Poucos anos depois, seu pai (Haroldo) passou a apresentar problemas graves de saúde que culminaram em sua morte. Mais um desafio estava por vir. Empresa familiar, herdeiros em litígio, atuação parcial e ostensiva do poder judiciário e político, que levaram a uma intervenção judicial com afastamento do sócio majoritário do comando das empresas. Foram tempos de guerra, nove longos meses de batalhas diárias, angústia, incerteza e noites mal dormidas. Literalmente, o fundo do poço. Muitos se afastaram. Outros, acho até que sentiram uma ponta de satisfação. Mas, novamente, Deus nos mostrou a luz no fim do túnel. Lembro-me do meu pai falando que estava disposto a abrir mão de todo o patrimônio que havia construído com seu trabalho a ter que entregar seu maior tesouro: o Hospital Dr. Beda. “Se eu permanecer com o hospital, tenho certeza de que posso reconstruir tudo de novo”, ele falou e assim se realizou. Fim de mais um ciclo.

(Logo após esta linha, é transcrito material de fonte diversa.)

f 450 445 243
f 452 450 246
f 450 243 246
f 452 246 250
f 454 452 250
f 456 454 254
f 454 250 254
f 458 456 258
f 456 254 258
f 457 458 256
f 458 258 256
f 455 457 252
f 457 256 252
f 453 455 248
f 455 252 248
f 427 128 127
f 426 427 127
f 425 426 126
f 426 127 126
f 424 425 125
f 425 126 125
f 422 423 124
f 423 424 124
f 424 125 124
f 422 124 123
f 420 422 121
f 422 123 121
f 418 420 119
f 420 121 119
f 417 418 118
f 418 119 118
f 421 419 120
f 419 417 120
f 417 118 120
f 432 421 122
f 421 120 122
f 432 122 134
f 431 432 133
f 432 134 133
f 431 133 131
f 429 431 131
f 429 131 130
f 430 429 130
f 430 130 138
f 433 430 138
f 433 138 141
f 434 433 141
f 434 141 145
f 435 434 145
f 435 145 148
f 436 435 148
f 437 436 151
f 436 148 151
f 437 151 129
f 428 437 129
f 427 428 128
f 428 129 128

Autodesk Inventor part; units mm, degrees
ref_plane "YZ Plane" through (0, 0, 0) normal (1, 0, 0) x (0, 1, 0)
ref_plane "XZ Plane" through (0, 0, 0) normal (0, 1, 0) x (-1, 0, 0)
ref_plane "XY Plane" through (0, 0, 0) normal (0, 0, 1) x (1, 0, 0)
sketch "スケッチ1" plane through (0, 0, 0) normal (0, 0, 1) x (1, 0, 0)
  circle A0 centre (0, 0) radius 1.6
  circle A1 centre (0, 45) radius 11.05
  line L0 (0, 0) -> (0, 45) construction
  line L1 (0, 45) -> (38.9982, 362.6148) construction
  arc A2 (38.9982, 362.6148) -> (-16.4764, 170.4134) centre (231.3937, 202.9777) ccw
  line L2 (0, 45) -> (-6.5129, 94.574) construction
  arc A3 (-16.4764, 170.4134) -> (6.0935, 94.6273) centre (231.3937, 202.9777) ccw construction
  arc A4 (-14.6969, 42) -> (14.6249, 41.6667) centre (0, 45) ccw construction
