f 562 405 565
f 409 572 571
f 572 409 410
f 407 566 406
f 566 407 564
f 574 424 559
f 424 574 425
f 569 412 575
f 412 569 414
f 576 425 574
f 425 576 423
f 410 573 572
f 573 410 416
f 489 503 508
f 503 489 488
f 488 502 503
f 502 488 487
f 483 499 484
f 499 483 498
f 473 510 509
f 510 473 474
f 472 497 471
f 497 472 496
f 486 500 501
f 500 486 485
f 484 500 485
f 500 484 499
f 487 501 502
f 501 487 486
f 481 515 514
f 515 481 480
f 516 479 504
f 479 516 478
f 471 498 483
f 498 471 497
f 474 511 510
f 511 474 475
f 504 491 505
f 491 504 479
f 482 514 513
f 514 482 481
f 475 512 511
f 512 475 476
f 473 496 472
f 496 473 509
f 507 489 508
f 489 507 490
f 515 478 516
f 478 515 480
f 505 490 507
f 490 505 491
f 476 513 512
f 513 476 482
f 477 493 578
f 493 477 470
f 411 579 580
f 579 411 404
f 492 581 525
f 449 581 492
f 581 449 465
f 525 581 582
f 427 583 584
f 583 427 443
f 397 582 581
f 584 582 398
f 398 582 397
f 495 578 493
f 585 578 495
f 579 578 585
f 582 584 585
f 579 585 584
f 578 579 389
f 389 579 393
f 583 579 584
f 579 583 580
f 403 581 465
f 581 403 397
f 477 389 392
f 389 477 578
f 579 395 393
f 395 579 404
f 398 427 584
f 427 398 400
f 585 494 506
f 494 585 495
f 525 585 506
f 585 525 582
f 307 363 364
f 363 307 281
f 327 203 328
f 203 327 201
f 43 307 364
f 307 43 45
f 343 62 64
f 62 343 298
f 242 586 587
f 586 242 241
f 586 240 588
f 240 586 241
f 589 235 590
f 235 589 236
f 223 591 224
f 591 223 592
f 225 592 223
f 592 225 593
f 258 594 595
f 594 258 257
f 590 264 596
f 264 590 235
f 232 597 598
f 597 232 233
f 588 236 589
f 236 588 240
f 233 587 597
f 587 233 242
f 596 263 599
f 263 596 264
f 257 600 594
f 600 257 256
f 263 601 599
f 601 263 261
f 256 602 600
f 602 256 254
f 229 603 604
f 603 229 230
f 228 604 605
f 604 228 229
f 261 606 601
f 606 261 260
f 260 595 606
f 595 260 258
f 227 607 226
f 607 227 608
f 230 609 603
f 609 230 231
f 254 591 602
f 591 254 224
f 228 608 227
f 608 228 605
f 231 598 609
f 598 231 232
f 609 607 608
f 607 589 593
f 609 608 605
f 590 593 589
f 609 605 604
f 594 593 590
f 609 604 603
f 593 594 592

Logo em seguida vieram os netos, João Pedro, Pedro Henrique, Hugo, Davi, Carlos Eduardo e José Guilherme para encher nossas vidas com tempo de alegria. Também no seu tempo começam a surgir as justas homenagens por uma vida inteira de serviços prestados ao Estado do Rio de Janeiro, principalmente a Campos dos Goytacazes, sua terra natal, a qual elevou a patamares inimagináveis no que tange a medicina de ponta. Resumindo sua história, chego a seguinte conclusão: A vida tem ciclos inevitáveis. Deus está sempre presente e segura nossas mãos. Às vezes, não compreendemos porque temos que passar por certas situações, mas o exercício da esperança nos leva a viver com sabedoria, alegria e confiança. Falo em nome de nossa família: sua esposa, seus filhos e seus netos que todos temos uma admiração e orgulho enorme de você. Você é um vencedor! Antes de me despedir deixo uma frase que até prove-se em contrário lhe pertence: “Pra cima do medo, coragem!”